Snarr has much well known personal flair, such as driving a Harley Davidson motorcycle while wearing leather garb. Perhaps his most famous trademark is his handlebar mustache which reached a total length of one-foot. His mustache received national attention when Murray hosted a hometown segment of the show American Idol. Snarr was seen onstage with contestant David Archuleta, and generated banter from host Ryan Seacrest concerning the mustache’s length. This national recognition caused the mayor to receive mention from the American Mustache Institute and Esquire magazine. By April 2012, however, he had grown a variation on the mustache, featuring long muttonchop-style whiskers that are waxed at the end. In 2013, he was one of nine mayors who established July 15 as Social Media Giving Day, encouraging citizens to support charities via social media.

After completing his time as Murray City Mayor, Snarr was the Democratic Party nominee for a seat on the Salt Lake County Council. He was defeated in November 2014 by Republican incumbent Aimee Winder Newton 55% to 45%.

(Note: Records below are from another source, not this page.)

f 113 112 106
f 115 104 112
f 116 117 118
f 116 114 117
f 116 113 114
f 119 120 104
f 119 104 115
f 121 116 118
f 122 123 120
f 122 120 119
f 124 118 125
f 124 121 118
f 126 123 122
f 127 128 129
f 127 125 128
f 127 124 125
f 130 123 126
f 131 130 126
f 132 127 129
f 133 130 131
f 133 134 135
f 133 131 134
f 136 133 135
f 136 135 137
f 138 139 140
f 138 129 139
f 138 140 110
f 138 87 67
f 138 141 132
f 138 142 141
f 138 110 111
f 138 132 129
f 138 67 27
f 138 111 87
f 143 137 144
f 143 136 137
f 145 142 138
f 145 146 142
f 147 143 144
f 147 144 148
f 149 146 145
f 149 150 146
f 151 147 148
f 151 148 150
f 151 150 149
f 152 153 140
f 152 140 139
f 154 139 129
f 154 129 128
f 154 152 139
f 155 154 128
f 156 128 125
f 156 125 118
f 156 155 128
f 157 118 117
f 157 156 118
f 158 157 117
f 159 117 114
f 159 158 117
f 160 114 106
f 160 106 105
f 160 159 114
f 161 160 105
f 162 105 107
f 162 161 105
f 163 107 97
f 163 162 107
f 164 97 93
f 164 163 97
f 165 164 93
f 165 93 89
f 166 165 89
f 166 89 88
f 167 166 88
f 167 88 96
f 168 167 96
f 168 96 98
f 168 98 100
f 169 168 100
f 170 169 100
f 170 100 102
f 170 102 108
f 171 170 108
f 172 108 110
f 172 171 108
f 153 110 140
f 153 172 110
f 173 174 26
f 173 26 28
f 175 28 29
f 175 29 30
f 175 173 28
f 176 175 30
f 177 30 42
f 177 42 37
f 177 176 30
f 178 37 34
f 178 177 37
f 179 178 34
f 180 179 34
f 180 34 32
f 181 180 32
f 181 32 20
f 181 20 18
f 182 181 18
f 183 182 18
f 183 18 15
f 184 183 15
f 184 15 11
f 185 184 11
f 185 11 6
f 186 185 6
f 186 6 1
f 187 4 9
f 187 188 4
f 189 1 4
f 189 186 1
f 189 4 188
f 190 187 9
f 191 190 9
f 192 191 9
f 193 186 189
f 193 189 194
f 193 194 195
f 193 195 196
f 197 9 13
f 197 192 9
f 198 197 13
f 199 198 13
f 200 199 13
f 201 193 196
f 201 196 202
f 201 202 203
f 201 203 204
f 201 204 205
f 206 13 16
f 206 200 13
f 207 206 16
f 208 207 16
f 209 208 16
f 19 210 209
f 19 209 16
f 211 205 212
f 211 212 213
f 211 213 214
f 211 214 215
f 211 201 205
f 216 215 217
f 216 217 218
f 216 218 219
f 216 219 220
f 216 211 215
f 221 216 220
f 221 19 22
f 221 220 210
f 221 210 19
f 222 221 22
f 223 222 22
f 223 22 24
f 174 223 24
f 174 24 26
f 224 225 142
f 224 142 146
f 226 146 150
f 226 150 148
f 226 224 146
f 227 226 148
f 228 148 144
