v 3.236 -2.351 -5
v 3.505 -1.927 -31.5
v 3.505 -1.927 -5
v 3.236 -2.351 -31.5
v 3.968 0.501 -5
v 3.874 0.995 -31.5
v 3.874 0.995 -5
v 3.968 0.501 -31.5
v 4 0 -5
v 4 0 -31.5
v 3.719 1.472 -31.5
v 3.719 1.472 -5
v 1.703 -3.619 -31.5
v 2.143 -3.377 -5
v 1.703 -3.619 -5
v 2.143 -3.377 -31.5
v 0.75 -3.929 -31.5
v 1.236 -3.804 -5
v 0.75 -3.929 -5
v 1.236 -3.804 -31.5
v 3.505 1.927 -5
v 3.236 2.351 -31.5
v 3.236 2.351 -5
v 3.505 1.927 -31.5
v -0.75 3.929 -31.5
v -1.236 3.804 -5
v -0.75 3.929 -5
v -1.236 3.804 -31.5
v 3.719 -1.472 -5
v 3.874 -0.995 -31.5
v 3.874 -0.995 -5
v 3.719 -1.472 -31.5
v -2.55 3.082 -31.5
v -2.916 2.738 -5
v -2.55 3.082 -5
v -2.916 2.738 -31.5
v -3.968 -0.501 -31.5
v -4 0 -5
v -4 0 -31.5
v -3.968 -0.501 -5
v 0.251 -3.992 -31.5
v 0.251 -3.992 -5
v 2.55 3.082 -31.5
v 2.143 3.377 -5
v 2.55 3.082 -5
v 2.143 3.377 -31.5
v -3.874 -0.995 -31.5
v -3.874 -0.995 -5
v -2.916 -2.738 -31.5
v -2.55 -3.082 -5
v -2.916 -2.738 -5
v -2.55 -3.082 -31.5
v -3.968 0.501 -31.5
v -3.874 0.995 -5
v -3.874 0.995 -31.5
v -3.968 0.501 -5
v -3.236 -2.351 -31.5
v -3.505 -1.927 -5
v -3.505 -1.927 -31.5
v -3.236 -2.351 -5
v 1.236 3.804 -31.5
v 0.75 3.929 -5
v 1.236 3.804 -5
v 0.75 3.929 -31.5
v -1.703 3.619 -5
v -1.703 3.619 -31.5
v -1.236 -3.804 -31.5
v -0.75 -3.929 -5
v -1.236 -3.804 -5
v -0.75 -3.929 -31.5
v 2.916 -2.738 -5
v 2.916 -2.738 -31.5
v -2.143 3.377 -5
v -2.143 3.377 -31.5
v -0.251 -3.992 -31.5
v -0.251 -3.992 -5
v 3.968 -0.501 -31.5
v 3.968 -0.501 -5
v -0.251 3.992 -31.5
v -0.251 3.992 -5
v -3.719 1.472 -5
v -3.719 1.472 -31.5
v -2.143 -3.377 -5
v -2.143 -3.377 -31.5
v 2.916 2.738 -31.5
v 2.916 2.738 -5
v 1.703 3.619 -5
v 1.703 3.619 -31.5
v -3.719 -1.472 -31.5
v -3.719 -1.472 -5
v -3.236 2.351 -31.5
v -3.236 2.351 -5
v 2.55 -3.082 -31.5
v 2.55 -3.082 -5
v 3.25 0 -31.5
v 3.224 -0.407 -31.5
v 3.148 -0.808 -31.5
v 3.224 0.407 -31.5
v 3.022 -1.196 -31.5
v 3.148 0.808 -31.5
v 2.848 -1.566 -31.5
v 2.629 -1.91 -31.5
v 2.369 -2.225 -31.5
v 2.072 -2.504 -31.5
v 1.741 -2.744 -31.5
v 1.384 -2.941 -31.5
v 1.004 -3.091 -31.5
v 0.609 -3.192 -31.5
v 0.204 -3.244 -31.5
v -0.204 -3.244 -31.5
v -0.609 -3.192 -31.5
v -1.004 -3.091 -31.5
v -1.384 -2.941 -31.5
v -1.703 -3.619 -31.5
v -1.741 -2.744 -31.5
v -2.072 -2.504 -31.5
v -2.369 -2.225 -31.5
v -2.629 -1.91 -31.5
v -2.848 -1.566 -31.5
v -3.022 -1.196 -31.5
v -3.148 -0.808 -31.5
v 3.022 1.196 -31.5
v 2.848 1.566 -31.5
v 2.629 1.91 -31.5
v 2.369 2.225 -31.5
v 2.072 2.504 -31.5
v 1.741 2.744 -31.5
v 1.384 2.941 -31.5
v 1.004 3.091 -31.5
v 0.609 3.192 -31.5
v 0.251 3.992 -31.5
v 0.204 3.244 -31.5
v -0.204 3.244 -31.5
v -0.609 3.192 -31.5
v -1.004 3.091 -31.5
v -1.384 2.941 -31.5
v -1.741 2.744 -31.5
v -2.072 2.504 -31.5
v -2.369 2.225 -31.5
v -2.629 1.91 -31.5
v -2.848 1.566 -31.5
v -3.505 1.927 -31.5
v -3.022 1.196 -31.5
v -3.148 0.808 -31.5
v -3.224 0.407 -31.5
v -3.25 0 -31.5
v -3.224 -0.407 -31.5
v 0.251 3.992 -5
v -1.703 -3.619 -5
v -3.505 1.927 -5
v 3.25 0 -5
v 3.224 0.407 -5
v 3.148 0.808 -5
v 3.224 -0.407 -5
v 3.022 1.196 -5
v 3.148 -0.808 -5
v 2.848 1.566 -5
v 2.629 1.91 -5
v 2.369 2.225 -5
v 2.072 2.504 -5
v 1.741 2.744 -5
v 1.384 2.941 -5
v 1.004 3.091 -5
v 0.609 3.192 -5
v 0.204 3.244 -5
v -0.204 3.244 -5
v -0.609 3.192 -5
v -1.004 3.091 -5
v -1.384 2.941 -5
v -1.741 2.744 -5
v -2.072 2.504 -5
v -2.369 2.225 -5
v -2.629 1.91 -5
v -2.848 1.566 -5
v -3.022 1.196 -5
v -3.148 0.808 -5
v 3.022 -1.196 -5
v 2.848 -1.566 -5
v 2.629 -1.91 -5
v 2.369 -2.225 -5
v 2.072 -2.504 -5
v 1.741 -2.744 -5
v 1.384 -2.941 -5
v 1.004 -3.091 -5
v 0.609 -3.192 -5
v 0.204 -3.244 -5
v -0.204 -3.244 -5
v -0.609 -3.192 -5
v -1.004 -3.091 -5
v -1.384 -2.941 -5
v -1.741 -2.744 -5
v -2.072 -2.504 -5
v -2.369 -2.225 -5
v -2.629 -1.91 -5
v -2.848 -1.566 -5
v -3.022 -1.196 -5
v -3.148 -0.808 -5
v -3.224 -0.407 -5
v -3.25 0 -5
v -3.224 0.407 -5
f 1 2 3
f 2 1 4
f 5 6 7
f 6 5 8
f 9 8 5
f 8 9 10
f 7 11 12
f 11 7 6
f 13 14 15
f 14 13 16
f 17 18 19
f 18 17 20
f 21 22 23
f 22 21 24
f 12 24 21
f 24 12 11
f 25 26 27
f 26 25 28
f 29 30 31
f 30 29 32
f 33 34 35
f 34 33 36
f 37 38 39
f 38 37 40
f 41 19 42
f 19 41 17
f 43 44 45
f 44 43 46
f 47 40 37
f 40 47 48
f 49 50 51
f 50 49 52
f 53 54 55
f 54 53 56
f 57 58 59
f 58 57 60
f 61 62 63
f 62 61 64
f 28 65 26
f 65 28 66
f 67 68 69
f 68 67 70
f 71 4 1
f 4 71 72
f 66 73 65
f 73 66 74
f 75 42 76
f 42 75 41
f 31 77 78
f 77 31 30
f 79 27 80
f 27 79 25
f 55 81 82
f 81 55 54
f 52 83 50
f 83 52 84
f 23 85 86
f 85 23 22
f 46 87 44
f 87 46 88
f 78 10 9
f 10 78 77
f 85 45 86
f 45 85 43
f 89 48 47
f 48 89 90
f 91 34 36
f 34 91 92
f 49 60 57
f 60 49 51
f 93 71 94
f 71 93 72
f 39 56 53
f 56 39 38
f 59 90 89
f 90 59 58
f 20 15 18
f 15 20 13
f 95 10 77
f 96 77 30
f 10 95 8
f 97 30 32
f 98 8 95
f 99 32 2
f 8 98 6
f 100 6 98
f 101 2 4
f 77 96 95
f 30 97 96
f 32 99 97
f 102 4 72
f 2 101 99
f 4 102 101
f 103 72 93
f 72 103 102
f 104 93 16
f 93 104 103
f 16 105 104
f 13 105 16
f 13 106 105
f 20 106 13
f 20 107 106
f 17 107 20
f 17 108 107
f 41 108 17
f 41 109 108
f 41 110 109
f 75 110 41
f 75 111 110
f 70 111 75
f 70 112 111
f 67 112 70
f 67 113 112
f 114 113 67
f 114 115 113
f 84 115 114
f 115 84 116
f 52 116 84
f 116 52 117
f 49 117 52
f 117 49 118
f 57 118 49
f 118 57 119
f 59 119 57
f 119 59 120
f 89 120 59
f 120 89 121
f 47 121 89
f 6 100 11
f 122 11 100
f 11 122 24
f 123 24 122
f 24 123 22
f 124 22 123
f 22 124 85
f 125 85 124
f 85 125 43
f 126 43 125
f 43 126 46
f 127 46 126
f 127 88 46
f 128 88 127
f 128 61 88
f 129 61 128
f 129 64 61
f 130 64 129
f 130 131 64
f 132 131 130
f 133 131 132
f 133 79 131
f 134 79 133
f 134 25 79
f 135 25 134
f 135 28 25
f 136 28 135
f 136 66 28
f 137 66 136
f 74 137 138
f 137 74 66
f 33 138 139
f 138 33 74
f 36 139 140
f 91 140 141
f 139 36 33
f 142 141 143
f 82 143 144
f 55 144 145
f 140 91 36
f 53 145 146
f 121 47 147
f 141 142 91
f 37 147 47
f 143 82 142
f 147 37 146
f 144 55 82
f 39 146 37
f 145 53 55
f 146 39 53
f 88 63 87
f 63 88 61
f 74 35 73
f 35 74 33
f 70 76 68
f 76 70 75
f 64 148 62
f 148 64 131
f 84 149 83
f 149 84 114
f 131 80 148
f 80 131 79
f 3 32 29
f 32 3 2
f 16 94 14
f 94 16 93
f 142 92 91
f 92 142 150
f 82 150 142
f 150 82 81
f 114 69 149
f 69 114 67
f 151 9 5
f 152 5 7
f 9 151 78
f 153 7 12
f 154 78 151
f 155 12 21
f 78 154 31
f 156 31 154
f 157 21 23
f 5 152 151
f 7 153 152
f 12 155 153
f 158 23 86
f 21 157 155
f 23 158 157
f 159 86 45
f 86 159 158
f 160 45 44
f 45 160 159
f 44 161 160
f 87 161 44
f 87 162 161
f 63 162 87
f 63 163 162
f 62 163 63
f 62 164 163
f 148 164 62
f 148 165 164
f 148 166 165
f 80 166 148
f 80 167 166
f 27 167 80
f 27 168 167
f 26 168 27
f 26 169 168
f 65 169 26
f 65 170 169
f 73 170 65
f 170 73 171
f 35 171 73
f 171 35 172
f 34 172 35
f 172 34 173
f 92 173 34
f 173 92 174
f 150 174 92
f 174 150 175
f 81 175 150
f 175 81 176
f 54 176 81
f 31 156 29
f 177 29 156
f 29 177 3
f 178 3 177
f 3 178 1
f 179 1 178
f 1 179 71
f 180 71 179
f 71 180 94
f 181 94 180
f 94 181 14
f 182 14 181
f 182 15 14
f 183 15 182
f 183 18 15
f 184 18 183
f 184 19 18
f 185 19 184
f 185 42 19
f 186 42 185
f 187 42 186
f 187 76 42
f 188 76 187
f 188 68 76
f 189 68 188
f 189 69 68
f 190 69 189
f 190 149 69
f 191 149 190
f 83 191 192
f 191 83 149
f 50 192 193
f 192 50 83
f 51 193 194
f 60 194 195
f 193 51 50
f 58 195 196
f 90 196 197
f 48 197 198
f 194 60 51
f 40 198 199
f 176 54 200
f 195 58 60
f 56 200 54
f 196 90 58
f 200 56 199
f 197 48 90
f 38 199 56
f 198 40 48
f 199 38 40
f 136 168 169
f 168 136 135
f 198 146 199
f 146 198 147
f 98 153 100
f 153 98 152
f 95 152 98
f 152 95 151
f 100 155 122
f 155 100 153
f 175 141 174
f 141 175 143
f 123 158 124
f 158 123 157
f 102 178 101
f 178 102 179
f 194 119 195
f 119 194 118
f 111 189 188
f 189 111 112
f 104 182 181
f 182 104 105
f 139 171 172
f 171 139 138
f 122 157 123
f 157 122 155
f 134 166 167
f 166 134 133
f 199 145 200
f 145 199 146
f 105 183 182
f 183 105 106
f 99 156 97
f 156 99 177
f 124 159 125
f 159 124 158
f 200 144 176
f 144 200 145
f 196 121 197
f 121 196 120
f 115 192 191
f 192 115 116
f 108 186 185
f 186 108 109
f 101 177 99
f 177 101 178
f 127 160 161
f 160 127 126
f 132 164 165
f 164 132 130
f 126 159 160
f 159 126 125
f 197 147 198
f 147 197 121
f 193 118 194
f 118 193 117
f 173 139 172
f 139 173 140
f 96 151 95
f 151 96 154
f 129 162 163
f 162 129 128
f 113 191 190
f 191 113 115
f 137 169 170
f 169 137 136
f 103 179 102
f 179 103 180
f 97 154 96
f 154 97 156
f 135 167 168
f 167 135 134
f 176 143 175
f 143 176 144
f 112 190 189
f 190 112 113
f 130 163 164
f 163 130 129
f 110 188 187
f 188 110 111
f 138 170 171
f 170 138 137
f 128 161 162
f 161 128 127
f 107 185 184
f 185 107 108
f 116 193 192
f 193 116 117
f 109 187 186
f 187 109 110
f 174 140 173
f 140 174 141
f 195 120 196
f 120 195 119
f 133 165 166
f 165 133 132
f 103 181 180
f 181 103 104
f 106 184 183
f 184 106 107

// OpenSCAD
$fn = 50;

difference() {
	union() {
		translate(v = [0, 0, -31.5]) {
			cylinder(h = 34.5, r = 4.0);
		}
		#translate(v = [0, 0, -33.0]) {
			cylinder(h = 33, r = 2.875);
		}
	}
	union() {
		translate(v = [0, 0, 0]) {
			rotate(a = [0, 0, 0]) {
				difference() {
					union() {
						translate(v = [0, 0, -5]) {
							linear_extrude(height = 5) {
								polygon(points = [[5.914249999999999, 0.0], [2.957125, 5.1218907443321156], [-2.9571249999999982, 5.1218907443321156], [-5.914249999999999, 7.242867331857232e-16], [-2.9571250000000022, -5.121890744332115], [2.9571249999999956, -5.121890744332118]]);
							}
						}
					}
					union();
				}
			}
		}
		#cylinder(h = 3, r = 6.25);
		#translate(v = [0, 0, -100.0]) {
			cylinder(h = 200, r = 3.25);
		}
	}
}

== Shave off mustache for charity ==

In May 2009, Snarr entered in a shave-or save battle. He set to shave his nearly foot-long handlebar mustache for charity, supporting the Children's Miracle Network. Snarr, who has sported the waxed mustache for three years, put the decision to a vote of Murray residents, and says: "People are voting 'shave.' It's a way to get back at an elected official." A local Costco warehouse store says residents have been voting since May 1. The paper ballots will be counted May 16. But when the American Mustache Institute took notice of his plans, called on Snarr to "keep a stiff upper lip in the face of opposition." The American Mustache Institute demanded Snarr "recant" his shaving pledge and find another way to support the Children's Miracle Network. "This could include shaving your head, your back or committing to not clipping your toenails for up to eight months," the group's leaders wrote to the mayor. Aaron Perlut, chairman of the American Mustache Institute, said that Snarr "should face down his opposition—mainly women—and keep his mustache." Snarr said he had never heard of the American Mustache Institute and isn't certain how to respond to the letter. "It's like politics—whatever you do, you're damned," he said.

However, the appeals American Mustache Institute were in vain. With a vote of 966 to 1,254, more people voted for shaving the mustache than to save it. Residents had to pay $1 for each vote, and some contributed extra. That means Snarr raised at least $2,220 for the Children's Miracle Network. Snarr's wife, April, did the honors, leaving him with a short mustache after a clipping ceremony at a local Costco, on May 16. Following the events, the American Mustache Institute posted a tongue-in-cheek eulogy for the mayor's mustache on its website.